__What to produce__.
From the top of the entries below through the line containing "#13=CARTESIAN_POINT('',(0.,38.1,88.9));", return every line exactly as written, please, and stop there.

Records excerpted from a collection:
*** Begin section ***

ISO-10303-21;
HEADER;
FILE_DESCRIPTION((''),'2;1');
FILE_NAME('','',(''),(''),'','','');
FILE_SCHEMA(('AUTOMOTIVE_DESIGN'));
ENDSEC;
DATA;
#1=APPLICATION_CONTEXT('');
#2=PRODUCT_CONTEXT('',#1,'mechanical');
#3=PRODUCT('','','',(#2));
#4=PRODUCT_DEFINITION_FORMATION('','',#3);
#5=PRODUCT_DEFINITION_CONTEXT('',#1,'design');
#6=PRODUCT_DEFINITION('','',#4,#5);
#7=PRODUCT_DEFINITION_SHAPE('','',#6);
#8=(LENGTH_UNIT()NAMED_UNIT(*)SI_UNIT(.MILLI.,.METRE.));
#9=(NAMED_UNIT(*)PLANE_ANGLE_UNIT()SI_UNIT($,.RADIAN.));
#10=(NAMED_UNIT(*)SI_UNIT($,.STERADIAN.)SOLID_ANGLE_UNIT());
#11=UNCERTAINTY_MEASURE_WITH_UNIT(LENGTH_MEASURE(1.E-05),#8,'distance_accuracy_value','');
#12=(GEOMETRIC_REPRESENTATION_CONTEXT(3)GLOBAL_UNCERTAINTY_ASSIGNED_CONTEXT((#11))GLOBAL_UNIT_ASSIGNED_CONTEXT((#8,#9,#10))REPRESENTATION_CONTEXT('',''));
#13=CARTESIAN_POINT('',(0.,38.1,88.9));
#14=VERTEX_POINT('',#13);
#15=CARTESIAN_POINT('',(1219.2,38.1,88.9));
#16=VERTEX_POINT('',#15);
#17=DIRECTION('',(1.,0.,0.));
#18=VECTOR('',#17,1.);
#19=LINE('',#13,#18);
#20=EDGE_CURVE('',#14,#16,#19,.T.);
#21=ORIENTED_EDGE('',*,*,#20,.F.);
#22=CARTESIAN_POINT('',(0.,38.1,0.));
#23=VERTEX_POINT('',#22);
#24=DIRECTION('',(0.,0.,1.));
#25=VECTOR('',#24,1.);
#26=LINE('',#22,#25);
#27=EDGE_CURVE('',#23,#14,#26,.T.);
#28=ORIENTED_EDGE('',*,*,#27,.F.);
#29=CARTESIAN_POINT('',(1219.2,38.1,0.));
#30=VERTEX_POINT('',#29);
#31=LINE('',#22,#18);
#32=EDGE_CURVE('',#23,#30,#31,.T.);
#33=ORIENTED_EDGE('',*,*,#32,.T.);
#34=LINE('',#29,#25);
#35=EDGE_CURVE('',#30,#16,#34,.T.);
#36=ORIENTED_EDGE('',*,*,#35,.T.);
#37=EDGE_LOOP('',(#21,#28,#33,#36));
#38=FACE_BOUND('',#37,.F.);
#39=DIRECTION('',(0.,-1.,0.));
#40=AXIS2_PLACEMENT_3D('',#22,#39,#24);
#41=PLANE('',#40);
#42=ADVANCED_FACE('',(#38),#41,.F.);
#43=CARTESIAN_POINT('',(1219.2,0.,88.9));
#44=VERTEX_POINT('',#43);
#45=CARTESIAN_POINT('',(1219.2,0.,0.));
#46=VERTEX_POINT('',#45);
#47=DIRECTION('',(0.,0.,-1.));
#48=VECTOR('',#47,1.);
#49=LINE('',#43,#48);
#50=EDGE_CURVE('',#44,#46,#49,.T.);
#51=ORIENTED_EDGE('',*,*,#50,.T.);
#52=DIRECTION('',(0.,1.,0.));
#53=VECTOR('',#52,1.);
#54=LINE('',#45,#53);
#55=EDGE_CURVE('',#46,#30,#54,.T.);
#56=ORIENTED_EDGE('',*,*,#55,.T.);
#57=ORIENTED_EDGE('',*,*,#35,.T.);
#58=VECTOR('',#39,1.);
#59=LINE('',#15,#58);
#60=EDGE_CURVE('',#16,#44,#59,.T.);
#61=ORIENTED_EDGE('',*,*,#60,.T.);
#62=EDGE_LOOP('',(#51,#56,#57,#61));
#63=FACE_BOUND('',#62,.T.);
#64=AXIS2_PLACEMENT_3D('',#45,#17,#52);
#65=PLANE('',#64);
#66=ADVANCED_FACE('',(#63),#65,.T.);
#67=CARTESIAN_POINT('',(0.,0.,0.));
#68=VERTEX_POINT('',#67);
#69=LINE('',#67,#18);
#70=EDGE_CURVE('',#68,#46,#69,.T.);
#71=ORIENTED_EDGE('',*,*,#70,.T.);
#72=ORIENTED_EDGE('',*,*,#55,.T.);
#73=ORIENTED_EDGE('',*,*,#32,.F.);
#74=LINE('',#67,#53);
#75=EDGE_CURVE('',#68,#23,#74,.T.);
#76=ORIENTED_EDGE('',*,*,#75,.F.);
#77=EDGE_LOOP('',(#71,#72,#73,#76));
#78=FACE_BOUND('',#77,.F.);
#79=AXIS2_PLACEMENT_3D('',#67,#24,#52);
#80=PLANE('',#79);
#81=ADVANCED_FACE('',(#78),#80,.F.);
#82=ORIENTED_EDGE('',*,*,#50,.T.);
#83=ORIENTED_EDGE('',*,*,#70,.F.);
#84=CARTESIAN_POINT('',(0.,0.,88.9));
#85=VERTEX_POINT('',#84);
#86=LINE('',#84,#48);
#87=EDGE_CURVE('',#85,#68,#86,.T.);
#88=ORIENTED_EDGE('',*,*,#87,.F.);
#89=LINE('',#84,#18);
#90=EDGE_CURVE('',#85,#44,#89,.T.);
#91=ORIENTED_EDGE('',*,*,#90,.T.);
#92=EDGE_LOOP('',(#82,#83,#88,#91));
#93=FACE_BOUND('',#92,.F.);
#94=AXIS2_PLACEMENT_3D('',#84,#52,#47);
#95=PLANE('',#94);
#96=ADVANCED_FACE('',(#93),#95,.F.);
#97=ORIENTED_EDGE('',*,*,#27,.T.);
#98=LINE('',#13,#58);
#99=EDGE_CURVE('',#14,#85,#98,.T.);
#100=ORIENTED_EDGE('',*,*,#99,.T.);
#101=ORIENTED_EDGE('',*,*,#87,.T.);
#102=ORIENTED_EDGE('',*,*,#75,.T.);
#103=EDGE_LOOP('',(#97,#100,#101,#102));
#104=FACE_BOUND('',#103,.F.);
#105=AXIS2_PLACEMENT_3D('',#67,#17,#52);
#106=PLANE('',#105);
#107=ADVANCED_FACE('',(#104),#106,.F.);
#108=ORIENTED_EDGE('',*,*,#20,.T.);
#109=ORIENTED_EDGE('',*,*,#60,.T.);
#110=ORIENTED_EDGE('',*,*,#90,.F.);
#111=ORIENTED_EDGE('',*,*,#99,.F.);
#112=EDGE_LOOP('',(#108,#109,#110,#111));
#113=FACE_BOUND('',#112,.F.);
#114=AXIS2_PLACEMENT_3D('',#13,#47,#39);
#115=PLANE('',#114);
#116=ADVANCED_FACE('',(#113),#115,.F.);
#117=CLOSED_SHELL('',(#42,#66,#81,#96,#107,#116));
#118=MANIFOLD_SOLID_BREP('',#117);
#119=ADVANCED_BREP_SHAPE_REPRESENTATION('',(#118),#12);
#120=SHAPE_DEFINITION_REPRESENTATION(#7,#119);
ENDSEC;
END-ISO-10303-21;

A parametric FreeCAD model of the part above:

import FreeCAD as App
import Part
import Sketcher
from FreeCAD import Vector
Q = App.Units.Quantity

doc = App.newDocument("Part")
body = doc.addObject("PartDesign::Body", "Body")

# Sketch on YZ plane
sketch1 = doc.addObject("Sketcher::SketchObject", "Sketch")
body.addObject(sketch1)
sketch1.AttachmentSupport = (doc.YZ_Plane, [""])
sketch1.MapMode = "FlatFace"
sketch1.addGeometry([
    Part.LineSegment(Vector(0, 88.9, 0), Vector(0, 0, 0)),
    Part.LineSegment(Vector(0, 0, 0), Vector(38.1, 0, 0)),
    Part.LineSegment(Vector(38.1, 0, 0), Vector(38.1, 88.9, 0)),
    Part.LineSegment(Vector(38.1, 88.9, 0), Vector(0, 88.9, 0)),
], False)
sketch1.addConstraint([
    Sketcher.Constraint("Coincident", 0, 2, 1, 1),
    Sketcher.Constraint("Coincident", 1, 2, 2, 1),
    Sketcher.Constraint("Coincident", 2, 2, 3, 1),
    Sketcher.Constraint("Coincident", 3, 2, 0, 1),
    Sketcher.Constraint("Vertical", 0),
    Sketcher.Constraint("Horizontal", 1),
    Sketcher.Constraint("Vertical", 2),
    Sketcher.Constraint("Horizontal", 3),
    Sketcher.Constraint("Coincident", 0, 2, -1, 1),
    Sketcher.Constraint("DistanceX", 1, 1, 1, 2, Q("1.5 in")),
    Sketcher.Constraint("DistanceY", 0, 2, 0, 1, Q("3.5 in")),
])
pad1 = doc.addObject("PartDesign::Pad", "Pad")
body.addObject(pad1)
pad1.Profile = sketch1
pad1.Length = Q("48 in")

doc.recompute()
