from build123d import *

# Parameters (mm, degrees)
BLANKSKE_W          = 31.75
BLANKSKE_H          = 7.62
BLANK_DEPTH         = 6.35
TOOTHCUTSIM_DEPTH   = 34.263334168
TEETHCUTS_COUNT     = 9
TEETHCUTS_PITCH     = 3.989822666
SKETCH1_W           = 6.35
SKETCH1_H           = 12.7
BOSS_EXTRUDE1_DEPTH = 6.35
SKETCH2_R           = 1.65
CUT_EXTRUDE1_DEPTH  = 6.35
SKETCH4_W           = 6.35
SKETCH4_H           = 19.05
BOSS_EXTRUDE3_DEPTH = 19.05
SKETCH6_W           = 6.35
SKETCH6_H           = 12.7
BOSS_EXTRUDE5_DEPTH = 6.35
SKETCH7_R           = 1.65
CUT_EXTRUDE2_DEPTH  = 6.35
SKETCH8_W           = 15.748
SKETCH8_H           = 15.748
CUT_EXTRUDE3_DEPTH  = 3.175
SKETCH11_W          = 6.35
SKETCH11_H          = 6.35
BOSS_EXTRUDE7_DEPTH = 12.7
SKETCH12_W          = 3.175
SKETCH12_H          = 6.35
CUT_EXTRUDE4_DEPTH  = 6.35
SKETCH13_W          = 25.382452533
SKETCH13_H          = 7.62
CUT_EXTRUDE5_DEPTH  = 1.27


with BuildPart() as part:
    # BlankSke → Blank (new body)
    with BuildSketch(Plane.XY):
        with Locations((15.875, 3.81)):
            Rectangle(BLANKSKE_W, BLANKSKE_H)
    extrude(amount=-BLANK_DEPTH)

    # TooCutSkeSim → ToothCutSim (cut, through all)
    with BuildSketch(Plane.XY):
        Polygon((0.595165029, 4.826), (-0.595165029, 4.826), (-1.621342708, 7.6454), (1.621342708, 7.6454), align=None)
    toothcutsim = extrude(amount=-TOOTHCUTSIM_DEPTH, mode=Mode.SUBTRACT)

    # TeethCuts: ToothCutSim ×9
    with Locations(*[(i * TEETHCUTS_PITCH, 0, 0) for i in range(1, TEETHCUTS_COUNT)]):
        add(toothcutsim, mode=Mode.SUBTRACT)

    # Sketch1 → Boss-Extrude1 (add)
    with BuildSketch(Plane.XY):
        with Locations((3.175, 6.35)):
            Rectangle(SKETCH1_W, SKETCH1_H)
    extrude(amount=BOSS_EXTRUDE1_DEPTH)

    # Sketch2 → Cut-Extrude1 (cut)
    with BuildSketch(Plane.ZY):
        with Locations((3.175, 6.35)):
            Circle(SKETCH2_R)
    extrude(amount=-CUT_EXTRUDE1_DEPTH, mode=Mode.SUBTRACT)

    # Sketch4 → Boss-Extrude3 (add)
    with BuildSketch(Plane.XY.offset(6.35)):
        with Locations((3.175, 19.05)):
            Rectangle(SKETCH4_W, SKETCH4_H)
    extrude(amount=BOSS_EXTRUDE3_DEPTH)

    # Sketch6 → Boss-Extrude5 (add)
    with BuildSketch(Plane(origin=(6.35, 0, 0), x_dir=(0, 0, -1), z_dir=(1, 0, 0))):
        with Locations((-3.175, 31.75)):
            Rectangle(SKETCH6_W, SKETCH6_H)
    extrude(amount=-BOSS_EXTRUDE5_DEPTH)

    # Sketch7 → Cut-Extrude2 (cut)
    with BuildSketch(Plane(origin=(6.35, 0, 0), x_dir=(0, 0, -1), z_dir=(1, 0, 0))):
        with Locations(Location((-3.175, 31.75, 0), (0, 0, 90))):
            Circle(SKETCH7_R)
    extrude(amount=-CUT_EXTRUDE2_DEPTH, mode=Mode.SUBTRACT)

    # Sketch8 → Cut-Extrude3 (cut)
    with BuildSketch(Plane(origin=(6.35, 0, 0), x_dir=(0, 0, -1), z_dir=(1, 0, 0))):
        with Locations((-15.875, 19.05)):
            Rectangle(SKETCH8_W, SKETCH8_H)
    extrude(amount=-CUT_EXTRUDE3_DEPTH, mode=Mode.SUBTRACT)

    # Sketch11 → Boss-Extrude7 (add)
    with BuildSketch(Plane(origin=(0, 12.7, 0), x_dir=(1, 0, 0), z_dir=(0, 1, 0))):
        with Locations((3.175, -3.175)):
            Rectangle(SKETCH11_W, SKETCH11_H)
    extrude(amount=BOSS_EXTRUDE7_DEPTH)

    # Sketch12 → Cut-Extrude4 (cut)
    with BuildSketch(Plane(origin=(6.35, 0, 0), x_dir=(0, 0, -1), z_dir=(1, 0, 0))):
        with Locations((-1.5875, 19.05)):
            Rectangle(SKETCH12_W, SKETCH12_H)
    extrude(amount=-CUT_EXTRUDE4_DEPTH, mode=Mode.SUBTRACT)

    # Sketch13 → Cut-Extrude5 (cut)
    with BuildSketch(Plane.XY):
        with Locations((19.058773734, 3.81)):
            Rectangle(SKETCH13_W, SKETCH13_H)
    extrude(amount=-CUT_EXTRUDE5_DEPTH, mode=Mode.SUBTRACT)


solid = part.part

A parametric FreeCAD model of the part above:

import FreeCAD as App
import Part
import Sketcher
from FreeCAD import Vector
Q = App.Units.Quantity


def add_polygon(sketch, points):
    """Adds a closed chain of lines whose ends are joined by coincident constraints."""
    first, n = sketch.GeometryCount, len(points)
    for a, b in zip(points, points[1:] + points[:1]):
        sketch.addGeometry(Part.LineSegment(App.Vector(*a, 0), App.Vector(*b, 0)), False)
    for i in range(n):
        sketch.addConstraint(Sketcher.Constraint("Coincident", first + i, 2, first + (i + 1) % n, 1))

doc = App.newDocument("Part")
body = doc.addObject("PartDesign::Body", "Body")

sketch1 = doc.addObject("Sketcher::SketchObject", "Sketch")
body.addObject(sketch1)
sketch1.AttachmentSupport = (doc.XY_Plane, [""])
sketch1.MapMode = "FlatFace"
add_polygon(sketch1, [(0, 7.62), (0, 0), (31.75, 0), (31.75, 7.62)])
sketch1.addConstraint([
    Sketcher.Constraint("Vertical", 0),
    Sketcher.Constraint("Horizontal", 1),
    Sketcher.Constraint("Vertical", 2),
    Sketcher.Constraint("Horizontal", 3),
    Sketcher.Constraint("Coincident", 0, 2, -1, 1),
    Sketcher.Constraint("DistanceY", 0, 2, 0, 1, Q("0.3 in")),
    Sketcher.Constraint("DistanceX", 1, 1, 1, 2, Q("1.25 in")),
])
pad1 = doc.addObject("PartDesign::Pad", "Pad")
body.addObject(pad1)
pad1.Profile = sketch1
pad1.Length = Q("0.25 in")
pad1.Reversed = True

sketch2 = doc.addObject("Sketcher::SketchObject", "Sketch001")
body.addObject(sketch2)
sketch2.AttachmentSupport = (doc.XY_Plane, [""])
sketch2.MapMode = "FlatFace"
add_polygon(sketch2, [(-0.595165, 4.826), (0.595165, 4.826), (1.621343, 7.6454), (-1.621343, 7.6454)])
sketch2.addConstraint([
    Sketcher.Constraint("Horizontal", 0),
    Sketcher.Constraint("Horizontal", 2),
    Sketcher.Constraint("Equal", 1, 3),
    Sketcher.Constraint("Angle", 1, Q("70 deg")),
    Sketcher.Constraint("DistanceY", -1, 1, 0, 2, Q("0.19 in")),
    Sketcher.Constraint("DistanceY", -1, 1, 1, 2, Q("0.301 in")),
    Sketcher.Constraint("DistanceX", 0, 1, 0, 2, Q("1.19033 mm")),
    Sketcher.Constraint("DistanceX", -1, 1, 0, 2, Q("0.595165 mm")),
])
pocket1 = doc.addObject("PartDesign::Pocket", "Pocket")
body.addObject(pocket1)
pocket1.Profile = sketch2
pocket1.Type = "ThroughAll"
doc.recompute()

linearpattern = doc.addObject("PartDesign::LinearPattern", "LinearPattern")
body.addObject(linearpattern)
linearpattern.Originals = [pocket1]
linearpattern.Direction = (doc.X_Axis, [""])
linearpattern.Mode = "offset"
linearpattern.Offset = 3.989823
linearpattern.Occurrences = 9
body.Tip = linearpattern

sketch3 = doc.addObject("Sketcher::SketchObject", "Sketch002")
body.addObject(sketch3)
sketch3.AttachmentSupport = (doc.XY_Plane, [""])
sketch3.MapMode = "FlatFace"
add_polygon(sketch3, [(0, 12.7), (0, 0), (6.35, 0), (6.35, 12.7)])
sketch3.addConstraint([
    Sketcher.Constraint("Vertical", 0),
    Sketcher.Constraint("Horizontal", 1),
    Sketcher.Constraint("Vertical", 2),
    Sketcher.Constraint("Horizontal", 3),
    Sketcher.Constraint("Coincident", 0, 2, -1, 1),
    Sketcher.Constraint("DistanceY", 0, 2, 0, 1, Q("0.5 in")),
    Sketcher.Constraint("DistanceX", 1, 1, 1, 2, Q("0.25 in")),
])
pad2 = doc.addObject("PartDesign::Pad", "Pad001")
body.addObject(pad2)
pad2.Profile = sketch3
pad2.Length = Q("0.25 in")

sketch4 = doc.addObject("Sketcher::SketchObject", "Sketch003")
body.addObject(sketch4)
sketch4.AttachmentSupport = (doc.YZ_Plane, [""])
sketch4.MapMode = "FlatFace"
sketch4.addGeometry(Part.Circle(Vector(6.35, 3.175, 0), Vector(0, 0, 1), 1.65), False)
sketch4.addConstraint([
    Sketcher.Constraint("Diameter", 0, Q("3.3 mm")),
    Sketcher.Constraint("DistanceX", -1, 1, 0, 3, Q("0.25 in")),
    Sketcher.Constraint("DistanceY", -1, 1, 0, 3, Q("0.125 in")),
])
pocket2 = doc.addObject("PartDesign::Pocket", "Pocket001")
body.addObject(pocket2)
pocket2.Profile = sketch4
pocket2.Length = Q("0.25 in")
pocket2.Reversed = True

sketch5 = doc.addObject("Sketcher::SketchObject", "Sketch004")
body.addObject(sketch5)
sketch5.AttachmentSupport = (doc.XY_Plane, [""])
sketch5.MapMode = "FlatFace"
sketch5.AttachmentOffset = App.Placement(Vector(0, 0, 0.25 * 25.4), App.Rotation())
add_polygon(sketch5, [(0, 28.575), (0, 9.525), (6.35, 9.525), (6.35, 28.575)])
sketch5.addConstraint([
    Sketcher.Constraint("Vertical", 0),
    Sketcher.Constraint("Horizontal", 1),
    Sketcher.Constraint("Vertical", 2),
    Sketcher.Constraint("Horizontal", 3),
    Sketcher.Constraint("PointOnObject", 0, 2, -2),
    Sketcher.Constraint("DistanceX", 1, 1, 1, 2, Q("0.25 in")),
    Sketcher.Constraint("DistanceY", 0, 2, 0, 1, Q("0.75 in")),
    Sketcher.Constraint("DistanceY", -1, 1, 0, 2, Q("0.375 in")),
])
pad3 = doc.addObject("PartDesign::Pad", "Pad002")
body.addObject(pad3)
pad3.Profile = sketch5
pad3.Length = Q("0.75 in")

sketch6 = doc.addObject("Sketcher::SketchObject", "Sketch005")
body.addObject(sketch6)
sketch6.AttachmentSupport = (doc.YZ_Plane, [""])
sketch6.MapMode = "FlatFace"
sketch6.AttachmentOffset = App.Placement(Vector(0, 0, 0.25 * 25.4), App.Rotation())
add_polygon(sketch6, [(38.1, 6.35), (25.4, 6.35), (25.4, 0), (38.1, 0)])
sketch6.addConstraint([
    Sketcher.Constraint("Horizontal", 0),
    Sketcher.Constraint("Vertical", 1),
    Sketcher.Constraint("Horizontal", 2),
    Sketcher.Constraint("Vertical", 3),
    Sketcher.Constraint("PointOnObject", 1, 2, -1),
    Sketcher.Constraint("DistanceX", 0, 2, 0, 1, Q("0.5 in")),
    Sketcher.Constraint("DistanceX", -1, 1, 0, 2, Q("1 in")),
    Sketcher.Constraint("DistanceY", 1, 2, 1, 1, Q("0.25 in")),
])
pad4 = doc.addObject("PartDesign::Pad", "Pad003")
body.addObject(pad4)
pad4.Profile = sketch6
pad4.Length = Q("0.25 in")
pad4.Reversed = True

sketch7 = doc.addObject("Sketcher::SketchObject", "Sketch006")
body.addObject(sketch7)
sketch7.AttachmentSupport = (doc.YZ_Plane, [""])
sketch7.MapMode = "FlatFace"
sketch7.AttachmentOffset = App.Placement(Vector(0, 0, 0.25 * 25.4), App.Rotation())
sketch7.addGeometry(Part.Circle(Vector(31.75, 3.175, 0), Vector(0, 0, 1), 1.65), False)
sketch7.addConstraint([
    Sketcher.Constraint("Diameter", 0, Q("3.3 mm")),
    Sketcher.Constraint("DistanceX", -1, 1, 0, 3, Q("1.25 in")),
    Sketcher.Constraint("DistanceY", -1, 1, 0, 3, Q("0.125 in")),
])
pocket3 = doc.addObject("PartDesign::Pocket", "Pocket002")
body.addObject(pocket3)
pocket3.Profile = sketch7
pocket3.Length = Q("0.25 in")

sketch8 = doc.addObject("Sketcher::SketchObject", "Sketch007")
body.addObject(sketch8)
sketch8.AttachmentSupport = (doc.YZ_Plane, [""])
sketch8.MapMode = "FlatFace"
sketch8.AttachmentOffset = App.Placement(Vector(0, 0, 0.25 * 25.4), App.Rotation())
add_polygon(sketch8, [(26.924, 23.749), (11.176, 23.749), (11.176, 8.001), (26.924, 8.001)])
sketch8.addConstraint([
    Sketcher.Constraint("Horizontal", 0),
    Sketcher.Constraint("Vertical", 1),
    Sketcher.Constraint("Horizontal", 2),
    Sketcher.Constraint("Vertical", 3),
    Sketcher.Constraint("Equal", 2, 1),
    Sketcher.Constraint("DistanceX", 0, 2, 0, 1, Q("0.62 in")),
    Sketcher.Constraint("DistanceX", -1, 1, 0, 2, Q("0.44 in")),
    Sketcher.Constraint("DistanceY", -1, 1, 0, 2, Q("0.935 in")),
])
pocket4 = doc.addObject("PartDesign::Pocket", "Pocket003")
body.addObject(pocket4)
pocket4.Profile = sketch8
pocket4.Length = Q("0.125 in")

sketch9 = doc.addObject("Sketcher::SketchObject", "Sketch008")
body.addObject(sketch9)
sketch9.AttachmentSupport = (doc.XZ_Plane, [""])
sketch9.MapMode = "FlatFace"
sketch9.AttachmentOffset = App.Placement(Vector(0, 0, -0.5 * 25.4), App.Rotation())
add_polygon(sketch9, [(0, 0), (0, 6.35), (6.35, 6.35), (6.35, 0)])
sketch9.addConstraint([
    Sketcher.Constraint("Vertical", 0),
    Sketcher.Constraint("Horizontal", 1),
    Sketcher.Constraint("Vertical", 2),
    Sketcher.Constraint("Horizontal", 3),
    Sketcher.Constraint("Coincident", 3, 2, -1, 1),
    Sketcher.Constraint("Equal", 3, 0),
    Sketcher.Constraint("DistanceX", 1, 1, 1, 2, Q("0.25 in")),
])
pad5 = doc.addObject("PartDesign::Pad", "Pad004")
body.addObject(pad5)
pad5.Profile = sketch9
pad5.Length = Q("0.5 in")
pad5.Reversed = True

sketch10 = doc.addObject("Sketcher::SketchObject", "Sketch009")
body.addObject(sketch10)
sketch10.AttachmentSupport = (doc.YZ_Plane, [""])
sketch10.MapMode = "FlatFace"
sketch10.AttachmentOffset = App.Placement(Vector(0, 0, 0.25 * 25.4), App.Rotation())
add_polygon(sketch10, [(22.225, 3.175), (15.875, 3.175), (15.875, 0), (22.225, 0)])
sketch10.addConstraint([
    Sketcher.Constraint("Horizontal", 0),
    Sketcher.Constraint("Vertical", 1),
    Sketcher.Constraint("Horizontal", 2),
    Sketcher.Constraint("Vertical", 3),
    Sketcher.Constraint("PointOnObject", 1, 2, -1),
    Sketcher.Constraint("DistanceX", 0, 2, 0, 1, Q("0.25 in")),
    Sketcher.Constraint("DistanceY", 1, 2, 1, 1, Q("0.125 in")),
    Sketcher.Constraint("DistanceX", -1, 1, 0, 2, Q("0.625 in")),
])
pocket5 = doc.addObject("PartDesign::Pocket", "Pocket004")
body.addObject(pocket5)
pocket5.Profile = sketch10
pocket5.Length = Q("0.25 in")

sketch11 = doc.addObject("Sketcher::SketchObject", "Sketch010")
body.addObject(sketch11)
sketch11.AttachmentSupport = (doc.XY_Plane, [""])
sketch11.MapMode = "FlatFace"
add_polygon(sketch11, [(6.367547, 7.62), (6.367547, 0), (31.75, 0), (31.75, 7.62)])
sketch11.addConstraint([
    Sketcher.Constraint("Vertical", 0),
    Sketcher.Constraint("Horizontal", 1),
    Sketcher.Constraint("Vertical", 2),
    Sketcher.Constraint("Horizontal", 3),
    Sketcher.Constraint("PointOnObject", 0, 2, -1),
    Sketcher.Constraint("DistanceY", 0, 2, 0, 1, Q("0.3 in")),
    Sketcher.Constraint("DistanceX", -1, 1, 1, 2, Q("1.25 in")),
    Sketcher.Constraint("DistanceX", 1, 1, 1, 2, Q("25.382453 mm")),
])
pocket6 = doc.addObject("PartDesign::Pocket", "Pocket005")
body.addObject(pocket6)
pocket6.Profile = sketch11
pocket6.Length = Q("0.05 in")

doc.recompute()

*** End section ***

__Result__.
ISO-10303-21;
HEADER;
FILE_DESCRIPTION((''),'2;1');
FILE_NAME('','',(''),(''),'','','');
FILE_SCHEMA(('AUTOMOTIVE_DESIGN'));
ENDSEC;
DATA;
#1=APPLICATION_CONTEXT('');
#2=PRODUCT_CONTEXT('',#1,'mechanical');
#3=PRODUCT('','','',(#2));
#4=PRODUCT_DEFINITION_FORMATION('','',#3);
#5=PRODUCT_DEFINITION_CONTEXT('',#1,'design');
#6=PRODUCT_DEFINITION('','',#4,#5);
#7=PRODUCT_DEFINITION_SHAPE('','',#6);
#8=(LENGTH_UNIT()NAMED_UNIT(*)SI_UNIT(.MILLI.,.METRE.));
#9=(NAMED_UNIT(*)PLANE_ANGLE_UNIT()SI_UNIT($,.RADIAN.));
#10=(NAMED_UNIT(*)SI_UNIT($,.STERADIAN.)SOLID_ANGLE_UNIT());
#11=UNCERTAINTY_MEASURE_WITH_UNIT(LENGTH_MEASURE(1.E-05),#8,'distance_accuracy_value','');
#12=(GEOMETRIC_REPRESENTATION_CONTEXT(3)GLOBAL_UNCERTAINTY_ASSIGNED_CONTEXT((#11))GLOBAL_UNIT_ASSIGNED_CONTEXT((#8,#9,#10))REPRESENTATION_CONTEXT('',''));
#13=CARTESIAN_POINT('',(0.,38.1,88.9));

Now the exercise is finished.